I'm looking through the lemon code and it does use precedence to omit/solve reduce/reduce conflicts:

}else if( apx->type==REDUCE && apy->type==REDUCE ){
    spx = apx->x.rp->precsym;
    spy = apy->x.rp->precsym;
    if( spx==0 || spy==0 || spx->prec<0 ||
    spy->prec<0 || spx->prec==spy->prec ){
      apy->type = RRCONFLICT;
      errcnt++;
    }else if( spx->prec>spy->prec ){
      apy->type = RD_RESOLVED;
    }else if( spx->prec<spy->prec ){
      apx->type = RD_RESOLVED;
    }
  }else{

I'll discuss this in the sqlite forum to see it's author point of view about this, but I do think that the bison way is better because a reduce/reduce conflict is telling that a leaf of the grammar will never be executed.

BenHanson commented 8 months ago

This is all good stuff. Just clarifying what the rules are really helps!

I'm going to look at the Levine book again for the precedence rules when it comes to associativity, as I'm suspicious my handling is incomplete there for shift/reduce errors.

mingodad commented 8 months ago

I posted this https://sqlite.org/forum/forumpost/9cb2fc0e6e11768c but it seems that I could not articulate properly the issue.

BenHanson commented 8 months ago

I posted this https://sqlite.org/forum/forumpost/9cb2fc0e6e11768c but it seems that I could not articulate properly the issue.

The point made by Richard Hipp is fair enough. Remember that the reason for supporting precedence in the first place is indeed to allow smaller (and faster) state machines to be constructed from a grammar.

When it comes to parsertl, I am happy to do the same as Bison.
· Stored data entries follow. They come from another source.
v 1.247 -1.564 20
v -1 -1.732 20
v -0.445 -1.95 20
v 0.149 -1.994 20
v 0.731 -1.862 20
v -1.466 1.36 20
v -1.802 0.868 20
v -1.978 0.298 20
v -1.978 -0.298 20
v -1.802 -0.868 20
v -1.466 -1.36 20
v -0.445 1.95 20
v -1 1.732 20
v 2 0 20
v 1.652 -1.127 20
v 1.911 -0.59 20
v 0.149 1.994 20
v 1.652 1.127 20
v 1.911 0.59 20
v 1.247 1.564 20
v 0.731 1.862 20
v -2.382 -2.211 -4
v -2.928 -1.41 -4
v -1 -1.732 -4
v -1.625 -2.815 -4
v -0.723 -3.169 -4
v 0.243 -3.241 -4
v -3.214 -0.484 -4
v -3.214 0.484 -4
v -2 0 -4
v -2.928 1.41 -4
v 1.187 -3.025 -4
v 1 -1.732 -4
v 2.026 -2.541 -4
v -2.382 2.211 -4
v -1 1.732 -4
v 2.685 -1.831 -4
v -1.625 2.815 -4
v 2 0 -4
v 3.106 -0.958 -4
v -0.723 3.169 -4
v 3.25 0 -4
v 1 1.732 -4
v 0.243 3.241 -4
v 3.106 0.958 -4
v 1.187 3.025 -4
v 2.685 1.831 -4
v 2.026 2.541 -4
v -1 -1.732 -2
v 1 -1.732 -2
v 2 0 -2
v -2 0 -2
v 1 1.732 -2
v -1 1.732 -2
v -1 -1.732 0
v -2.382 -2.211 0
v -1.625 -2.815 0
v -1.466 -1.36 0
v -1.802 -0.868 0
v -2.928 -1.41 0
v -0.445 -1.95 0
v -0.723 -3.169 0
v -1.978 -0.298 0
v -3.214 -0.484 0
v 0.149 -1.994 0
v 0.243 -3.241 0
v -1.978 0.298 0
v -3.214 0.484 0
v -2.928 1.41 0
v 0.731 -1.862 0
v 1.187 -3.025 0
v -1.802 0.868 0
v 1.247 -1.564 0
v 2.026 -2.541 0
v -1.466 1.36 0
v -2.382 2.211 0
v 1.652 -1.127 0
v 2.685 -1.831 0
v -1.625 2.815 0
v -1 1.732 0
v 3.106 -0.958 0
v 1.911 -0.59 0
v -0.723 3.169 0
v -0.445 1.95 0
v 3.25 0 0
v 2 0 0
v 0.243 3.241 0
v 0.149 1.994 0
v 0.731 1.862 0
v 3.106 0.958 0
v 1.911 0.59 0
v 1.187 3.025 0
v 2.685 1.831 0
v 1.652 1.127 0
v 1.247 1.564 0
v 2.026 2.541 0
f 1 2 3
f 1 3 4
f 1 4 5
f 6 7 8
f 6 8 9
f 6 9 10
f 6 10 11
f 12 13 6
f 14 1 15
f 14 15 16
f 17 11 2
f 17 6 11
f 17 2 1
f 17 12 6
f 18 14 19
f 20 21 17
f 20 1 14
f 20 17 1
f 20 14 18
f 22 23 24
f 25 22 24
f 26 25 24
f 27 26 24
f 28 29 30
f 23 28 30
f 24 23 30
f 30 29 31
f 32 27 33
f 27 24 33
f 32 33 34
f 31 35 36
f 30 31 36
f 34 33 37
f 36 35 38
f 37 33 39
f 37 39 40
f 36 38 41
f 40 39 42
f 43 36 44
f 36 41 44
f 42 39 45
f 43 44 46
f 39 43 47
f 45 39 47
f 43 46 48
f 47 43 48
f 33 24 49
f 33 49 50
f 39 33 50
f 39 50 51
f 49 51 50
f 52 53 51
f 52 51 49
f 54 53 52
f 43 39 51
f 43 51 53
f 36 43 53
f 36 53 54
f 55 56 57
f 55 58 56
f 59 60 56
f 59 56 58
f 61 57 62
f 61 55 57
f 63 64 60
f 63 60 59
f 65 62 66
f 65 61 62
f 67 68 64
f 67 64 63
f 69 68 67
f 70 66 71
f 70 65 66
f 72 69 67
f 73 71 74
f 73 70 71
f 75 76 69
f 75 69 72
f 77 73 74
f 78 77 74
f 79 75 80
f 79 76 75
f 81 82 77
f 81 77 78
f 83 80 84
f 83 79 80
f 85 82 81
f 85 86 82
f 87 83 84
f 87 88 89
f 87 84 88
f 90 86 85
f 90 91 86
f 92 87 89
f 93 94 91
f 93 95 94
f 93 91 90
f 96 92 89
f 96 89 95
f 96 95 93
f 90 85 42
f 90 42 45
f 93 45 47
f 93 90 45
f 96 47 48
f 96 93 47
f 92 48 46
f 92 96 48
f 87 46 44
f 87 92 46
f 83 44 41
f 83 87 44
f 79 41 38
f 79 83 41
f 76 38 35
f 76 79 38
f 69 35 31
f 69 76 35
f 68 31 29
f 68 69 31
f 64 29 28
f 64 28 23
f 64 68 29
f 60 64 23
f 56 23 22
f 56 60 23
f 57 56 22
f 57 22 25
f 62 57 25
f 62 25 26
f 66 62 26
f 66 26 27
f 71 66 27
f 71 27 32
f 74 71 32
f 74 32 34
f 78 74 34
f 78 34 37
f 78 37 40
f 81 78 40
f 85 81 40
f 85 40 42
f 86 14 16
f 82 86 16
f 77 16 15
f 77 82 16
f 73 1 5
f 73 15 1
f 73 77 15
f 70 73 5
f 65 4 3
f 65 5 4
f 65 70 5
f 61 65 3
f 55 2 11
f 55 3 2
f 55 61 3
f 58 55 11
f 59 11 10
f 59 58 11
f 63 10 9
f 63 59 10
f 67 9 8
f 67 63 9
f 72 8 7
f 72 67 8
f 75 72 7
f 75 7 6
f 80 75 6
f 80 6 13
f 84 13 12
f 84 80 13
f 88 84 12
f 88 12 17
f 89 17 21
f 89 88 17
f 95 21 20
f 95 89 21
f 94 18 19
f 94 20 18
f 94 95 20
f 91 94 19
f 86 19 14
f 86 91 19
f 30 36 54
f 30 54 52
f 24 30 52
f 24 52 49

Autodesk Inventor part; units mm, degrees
ref_plane "YZ Plane" through (0, 0, 0) normal (1, 0, 0) x (0, 1, 0)
ref_plane "XZ Plane" through (0, 0, 0) normal (0, 1, 0) x (-1, 0, 0)
ref_plane "XY Plane" through (0, 0, 0) normal (0, 0, 1) x (1, 0, 0)
sketch "Boceto1" plane through (0, 0, 0) normal (0, 0, 1) x (1, 0, 0)
  circle A0 centre (0, 0) radius 2
  circle A1 centre (0, 0) radius 3.25
  dimension "d0" = 4
  dimension "d1" = 6.5
extrude "Extrusión1" add sketch "Boceto1" along normal blind 20 contours A0
extrude "Extrusión2" add sketch "Boceto1" against normal blind 4 contours A0 | A1
sketch "Boceto2" plane through (0, 0, -4) normal (0, 0, -1) x (-1, 0, 0)
  line L0 (2, 0) -> (1, -1.7321)
  line L1 (1, -1.7321) -> (-1, -1.7321)
  line L2 (-1, -1.7321) -> (-2, 0)
  line L3 (-2, 0) -> (-1, 1.7321)
  line L4 (-1, 1.7321) -> (1, 1.7321)
  line L5 (1, 1.7321) -> (2, 0)
  point P0 (0, 0)
  point P1 (0, 0)
  dimension "d6" = 4
extrude "Extrusión3" cut sketch "Boceto2" against normal blind 2
thread "Rosca1" size "M4x0.7" class "6g" standard "ANSI Metric M Profile" full length
properties part number "TornilloM4X20mm" material "Acero inoxidable"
BenHanson commented 8 months ago

Thinking about it, maybe we could have a flag for lemon mode.

That way you could have a directive that you could set and you wouldn't have to worry.

andreasabel commented 8 months ago

@BenHanson wrote:

I'm therefore assuming this is the valid fix.

Which fix does "this" refer here to?

BenHanson commented 8 months ago

Which fix does "this" refer here to?

Seemingly bison always treats reduce/reduce as an error regardless of what the precedence of the rules/tokens are.

parsertl was previously considering precedence in the reduce/reduce case, which appears to be what the lemon parser generator does also.

I'm wondering whether to default to the bison behaviour, but allow the lemon style behaviour with a flag. This reminds me of https://en.cppreference.com/w/cpp/regex/syntax_option_type BTW.

andreasabel commented 8 months ago

@BenHanson Thanks for the explanation! I am here because of the issue report for happy, the Haskell parser generator.

However, I find the counterexample given by bison unconvincing, so maybe bison does not implement the specs correctly (or happy has an improved implementation using the maximally consistent interpretation of the specs).

(Or, I made a mistake in my analysis.)